◆ Task requirements ◆
Using the data that follows, return exactly the lines from the one that contains "v48 (-119.75,-107.5,0)" through the one that contains "e62 v51 v51", ends included.

┌──

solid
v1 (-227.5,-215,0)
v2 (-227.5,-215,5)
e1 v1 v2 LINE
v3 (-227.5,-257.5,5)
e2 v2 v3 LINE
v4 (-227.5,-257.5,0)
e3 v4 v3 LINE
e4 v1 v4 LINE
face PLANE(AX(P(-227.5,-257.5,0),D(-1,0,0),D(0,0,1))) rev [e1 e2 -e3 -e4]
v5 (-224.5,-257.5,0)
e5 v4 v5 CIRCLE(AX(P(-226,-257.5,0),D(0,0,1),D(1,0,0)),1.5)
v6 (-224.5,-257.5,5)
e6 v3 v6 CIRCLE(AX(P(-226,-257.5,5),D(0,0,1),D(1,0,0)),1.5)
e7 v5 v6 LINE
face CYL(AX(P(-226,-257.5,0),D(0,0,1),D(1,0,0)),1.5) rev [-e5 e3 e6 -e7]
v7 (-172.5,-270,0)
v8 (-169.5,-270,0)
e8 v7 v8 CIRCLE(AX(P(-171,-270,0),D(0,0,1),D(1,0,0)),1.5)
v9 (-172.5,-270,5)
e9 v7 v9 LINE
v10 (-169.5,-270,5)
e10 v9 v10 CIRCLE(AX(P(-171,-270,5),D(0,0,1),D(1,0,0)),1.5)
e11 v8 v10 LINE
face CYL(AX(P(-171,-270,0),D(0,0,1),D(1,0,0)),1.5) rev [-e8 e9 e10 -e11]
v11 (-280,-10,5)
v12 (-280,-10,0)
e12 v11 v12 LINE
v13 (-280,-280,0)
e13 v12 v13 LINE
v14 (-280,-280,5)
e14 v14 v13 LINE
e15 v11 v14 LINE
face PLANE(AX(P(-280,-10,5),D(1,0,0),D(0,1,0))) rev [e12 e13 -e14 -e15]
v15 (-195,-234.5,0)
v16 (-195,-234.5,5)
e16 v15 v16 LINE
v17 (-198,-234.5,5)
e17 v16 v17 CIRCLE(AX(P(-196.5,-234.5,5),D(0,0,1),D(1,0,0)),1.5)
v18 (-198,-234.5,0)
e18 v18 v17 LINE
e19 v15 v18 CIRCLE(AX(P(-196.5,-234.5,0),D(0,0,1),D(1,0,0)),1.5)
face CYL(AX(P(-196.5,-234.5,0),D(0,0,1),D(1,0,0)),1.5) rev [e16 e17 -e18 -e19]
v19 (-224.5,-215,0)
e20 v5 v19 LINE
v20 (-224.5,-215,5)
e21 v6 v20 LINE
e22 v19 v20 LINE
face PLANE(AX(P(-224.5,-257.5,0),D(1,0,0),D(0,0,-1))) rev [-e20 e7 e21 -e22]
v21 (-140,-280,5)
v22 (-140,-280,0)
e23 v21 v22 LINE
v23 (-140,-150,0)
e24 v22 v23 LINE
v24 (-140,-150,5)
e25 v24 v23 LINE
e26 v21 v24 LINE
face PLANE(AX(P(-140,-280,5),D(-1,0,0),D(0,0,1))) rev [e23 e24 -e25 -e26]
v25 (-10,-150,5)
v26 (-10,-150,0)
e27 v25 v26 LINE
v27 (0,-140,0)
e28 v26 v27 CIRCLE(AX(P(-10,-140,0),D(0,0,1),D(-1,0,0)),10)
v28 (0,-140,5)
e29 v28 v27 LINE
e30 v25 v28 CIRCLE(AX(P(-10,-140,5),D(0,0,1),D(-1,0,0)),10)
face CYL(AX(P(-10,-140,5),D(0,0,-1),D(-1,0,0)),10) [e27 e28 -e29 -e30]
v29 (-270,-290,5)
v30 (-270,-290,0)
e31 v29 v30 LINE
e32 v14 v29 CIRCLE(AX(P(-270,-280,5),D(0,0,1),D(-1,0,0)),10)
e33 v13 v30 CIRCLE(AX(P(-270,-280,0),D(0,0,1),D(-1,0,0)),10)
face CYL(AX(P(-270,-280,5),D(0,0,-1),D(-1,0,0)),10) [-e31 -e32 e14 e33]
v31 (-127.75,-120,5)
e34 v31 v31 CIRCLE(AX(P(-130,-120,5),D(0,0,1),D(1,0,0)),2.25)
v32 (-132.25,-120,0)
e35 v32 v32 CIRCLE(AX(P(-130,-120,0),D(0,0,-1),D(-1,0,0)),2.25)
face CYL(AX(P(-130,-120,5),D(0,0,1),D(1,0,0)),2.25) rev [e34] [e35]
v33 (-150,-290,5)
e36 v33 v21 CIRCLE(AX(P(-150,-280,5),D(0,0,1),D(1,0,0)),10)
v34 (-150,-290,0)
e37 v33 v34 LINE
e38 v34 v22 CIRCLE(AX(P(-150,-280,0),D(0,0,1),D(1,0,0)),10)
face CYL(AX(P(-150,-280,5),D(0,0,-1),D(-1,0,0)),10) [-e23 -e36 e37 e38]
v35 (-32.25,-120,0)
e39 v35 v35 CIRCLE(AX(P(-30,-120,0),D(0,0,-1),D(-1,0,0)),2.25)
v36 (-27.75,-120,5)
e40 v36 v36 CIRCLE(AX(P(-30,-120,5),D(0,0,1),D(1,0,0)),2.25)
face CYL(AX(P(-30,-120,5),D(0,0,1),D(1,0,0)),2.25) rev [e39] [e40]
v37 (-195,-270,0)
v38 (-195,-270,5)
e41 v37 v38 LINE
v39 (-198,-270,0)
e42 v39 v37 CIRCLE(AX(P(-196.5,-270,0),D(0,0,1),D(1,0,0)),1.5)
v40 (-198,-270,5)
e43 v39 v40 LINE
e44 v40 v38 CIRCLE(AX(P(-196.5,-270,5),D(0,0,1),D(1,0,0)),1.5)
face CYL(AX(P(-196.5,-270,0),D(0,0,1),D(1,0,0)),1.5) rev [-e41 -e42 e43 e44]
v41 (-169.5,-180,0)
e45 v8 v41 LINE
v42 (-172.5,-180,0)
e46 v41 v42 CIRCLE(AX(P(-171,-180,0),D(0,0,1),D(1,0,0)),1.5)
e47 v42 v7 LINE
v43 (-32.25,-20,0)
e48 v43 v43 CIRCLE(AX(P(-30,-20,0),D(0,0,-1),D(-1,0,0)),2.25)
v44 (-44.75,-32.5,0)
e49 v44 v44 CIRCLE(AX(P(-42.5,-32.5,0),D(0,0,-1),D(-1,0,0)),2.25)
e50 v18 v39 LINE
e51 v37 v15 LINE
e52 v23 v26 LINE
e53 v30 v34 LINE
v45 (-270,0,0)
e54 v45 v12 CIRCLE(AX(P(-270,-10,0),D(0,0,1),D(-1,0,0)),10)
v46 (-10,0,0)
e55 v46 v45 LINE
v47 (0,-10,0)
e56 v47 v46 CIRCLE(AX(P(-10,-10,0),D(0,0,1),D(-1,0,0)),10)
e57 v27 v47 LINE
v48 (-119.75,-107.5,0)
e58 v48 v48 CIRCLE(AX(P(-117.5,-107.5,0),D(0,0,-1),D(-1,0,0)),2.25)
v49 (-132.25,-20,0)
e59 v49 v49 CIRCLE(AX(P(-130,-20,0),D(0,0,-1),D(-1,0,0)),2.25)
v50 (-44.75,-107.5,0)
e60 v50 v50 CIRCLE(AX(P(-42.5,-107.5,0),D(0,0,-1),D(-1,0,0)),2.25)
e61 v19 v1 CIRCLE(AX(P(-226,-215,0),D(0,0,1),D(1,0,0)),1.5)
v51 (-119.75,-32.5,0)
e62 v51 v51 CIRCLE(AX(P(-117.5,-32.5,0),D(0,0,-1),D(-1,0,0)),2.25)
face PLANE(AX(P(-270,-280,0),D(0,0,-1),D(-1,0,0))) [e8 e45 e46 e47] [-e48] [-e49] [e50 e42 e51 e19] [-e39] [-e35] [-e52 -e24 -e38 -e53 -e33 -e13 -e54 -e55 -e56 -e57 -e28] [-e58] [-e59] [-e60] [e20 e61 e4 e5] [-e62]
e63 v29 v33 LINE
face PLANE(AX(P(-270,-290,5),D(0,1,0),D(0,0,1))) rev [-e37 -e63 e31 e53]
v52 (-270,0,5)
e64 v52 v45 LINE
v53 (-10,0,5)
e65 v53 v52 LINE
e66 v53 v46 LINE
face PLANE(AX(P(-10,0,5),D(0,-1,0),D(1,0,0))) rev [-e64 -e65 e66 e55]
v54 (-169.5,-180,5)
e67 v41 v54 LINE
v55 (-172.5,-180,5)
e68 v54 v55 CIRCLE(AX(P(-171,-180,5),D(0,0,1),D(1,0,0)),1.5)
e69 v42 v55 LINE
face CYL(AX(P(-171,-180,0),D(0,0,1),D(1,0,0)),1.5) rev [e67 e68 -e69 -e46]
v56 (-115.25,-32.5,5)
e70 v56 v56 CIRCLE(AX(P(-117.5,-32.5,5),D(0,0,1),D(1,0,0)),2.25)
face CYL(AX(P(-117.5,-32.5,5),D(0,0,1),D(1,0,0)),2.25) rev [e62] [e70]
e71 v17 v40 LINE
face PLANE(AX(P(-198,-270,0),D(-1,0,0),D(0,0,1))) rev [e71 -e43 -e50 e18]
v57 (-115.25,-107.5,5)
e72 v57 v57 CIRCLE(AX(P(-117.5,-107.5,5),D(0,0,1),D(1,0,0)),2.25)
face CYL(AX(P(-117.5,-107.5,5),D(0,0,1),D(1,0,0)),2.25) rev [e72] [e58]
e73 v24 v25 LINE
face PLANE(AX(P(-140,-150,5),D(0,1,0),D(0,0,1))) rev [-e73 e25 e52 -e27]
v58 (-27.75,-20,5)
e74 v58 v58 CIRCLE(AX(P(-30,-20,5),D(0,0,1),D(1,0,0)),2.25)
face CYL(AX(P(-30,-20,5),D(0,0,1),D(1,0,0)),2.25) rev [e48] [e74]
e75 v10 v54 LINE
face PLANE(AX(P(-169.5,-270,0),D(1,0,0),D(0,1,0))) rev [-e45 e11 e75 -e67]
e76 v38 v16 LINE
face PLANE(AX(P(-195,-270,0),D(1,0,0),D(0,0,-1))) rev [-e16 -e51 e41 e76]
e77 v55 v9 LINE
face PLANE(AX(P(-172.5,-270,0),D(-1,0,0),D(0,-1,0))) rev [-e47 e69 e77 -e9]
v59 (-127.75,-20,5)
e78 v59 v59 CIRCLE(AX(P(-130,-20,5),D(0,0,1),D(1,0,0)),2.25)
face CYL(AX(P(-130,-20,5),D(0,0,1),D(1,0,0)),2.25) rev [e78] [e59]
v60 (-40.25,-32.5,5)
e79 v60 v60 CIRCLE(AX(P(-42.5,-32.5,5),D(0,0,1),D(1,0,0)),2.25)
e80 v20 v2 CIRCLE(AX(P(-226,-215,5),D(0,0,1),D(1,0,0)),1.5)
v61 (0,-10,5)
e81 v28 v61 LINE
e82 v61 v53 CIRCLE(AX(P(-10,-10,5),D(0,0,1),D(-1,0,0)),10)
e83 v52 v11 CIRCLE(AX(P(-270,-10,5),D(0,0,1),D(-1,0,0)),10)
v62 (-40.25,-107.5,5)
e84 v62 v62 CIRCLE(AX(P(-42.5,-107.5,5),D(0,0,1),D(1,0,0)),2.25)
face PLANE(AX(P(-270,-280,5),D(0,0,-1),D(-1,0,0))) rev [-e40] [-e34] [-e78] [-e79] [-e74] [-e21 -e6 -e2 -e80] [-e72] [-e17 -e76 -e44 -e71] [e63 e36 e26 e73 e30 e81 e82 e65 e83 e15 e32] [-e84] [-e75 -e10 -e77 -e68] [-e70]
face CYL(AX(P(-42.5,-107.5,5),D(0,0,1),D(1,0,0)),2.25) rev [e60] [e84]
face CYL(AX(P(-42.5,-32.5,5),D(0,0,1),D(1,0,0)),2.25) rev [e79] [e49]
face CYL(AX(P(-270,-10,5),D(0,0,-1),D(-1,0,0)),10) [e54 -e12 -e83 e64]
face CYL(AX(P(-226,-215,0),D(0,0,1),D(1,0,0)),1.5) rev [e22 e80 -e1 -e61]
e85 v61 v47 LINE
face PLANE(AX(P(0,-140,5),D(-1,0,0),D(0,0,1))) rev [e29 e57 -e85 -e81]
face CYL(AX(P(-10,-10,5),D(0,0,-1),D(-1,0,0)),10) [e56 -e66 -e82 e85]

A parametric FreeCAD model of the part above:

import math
import FreeCAD as App
import Part
import Sketcher
from FreeCAD import Vector
Q = App.Units.Quantity

doc = App.newDocument("Part")
body = doc.addObject("PartDesign::Body", "Body")

sketch1 = doc.addObject("Sketcher::SketchObject", "Sketch")
body.addObject(sketch1)
sketch1.AttachmentSupport = (doc.XY_Plane, [""])
sketch1.MapMode = "FlatFace"
sketch1.addGeometry([
    Part.LineSegment(Vector(-10, 0, 0), Vector(-270, 0, 0)),
    Part.ArcOfCircle(Part.Circle(Vector(-270, -10, 0), Vector(0, 0, 1), 10), math.radians(90), math.radians(180)),
    Part.LineSegment(Vector(-280, -10, 0), Vector(-280, -280, 0)),
    Part.ArcOfCircle(Part.Circle(Vector(-270, -280, 0), Vector(0, 0, 1), 10), math.radians(180), math.radians(270)),
    Part.LineSegment(Vector(-270, -290, 0), Vector(-150, -290, 0)),
    Part.ArcOfCircle(Part.Circle(Vector(-150, -280, 0), Vector(0, 0, 1), 10), math.radians(-90), math.radians(0)),
    Part.LineSegment(Vector(-140, -280, 0), Vector(-140, -150, 0)),
    Part.LineSegment(Vector(-140, -150, 0), Vector(-10, -150, 0)),
    Part.ArcOfCircle(Part.Circle(Vector(-10, -140, 0), Vector(0, 0, 1), 10), math.radians(-90), math.radians(0)),
    Part.LineSegment(Vector(0, -140, 0), Vector(0, -10, 0)),
    Part.ArcOfCircle(Part.Circle(Vector(-10, -10, 0), Vector(0, 0, 1), 10), math.radians(0), math.radians(90)),
], False)
sketch1.addConstraint([
    Sketcher.Constraint("Tangent", 0, 2, 1, 1),
    Sketcher.Constraint("Tangent", 1, 2, 2, 1),
    Sketcher.Constraint("Tangent", 2, 2, 3, 1),
    Sketcher.Constraint("Tangent", 3, 2, 4, 1),
    Sketcher.Constraint("Tangent", 4, 2, 5, 1),
    Sketcher.Constraint("Tangent", 5, 2, 6, 1),
    Sketcher.Constraint("Coincident", 6, 2, 7, 1),
    Sketcher.Constraint("Tangent", 7, 2, 8, 1),
    Sketcher.Constraint("Tangent", 8, 2, 9, 1),
    Sketcher.Constraint("Tangent", 9, 2, 10, 1),
    Sketcher.Constraint("Tangent", 10, 2, 0, 1),
    Sketcher.Constraint("Horizontal", 0),
    Sketcher.Constraint("Vertical", 2),
    Sketcher.Constraint("Horizontal", 4),
    Sketcher.Constraint("Vertical", 6),
    Sketcher.Constraint("Horizontal", 7),
    Sketcher.Constraint("Vertical", 9),
    Sketcher.Constraint("Equal", 1, 3),
    Sketcher.Constraint("Equal", 3, 5),
    Sketcher.Constraint("Equal", 5, 8),
    Sketcher.Constraint("Equal", 8, 10),
    Sketcher.Constraint("PointOnObject", 0, 2, -1),
    Sketcher.Constraint("PointOnObject", 8, 2, -2),
    Sketcher.Constraint("Equal", 7, 6),
    Sketcher.Constraint("Equal", 6, 9),
    Sketcher.Constraint("Radius", 1, Q("10 mm")),
    Sketcher.Constraint("DistanceX", 0, 2, 0, 1, Q("260 mm")),
    Sketcher.Constraint("DistanceX", 4, 1, 4, 2, Q("120 mm")),
])
pad1 = doc.addObject("PartDesign::Pad", "Pad")
body.addObject(pad1)
pad1.Profile = sketch1
pad1.Length = 5

sketch2 = doc.addObject("Sketcher::SketchObject", "Sketch001")
body.addObject(sketch2)
sketch2.AttachmentSupport = (doc.XY_Plane, [""])
sketch2.MapMode = "FlatFace"
sketch2.AttachmentOffset = App.Placement(Vector(0, 0, 5), App.Rotation())
sketch2.addGeometry([
    Part.Circle(Vector(-130, -120, 0), Vector(0, 0, 1), 2.25),
    Part.Circle(Vector(-30, -120, 0), Vector(0, 0, 1), 2.25),
    Part.Circle(Vector(-30, -20, 0), Vector(0, 0, 1), 2.25),
    Part.Circle(Vector(-130, -20, 0), Vector(0, 0, 1), 2.25),
    Part.Circle(Vector(-117.5, -107.5, 0), Vector(0, 0, 1), 2.25),
    Part.Circle(Vector(-42.5, -107.5, 0), Vector(0, 0, 1), 2.25),
    Part.Circle(Vector(-42.5, -32.5, 0), Vector(0, 0, 1), 2.25),
    Part.Circle(Vector(-117.5, -32.5, 0), Vector(0, 0, 1), 2.25),
], False)
sketch2.addConstraint([
    Sketcher.Constraint("Equal", 0, 1),
    Sketcher.Constraint("Equal", 1, 2),
    Sketcher.Constraint("Equal", 2, 3),
    Sketcher.Constraint("Equal", 3, 4),
    Sketcher.Constraint("Equal", 4, 5),
    Sketcher.Constraint("Equal", 5, 6),
    Sketcher.Constraint("Equal", 6, 7),
    Sketcher.Constraint("Horizontal", 0, 3, 1, 3),
    Sketcher.Constraint("Horizontal", 2, 3, 3, 3),
    Sketcher.Constraint("Horizontal", 4, 3, 5, 3),
    Sketcher.Constraint("Horizontal", 6, 3, 7, 3),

└──

◆ Reply to the task ◆
v48 (-119.75,-107.5,0)
e58 v48 v48 CIRCLE(AX(P(-117.5,-107.5,0),D(0,0,-1),D(-1,0,0)),2.25)
v49 (-132.25,-20,0)
e59 v49 v49 CIRCLE(AX(P(-130,-20,0),D(0,0,-1),D(-1,0,0)),2.25)
v50 (-44.75,-107.5,0)
e60 v50 v50 CIRCLE(AX(P(-42.5,-107.5,0),D(0,0,-1),D(-1,0,0)),2.25)
e61 v19 v1 CIRCLE(AX(P(-226,-215,0),D(0,0,1),D(1,0,0)),1.5)
v51 (-119.75,-32.5,0)
e62 v51 v51 CIRCLE(AX(P(-117.5,-32.5,0),D(0,0,-1),D(-1,0,0)),2.25)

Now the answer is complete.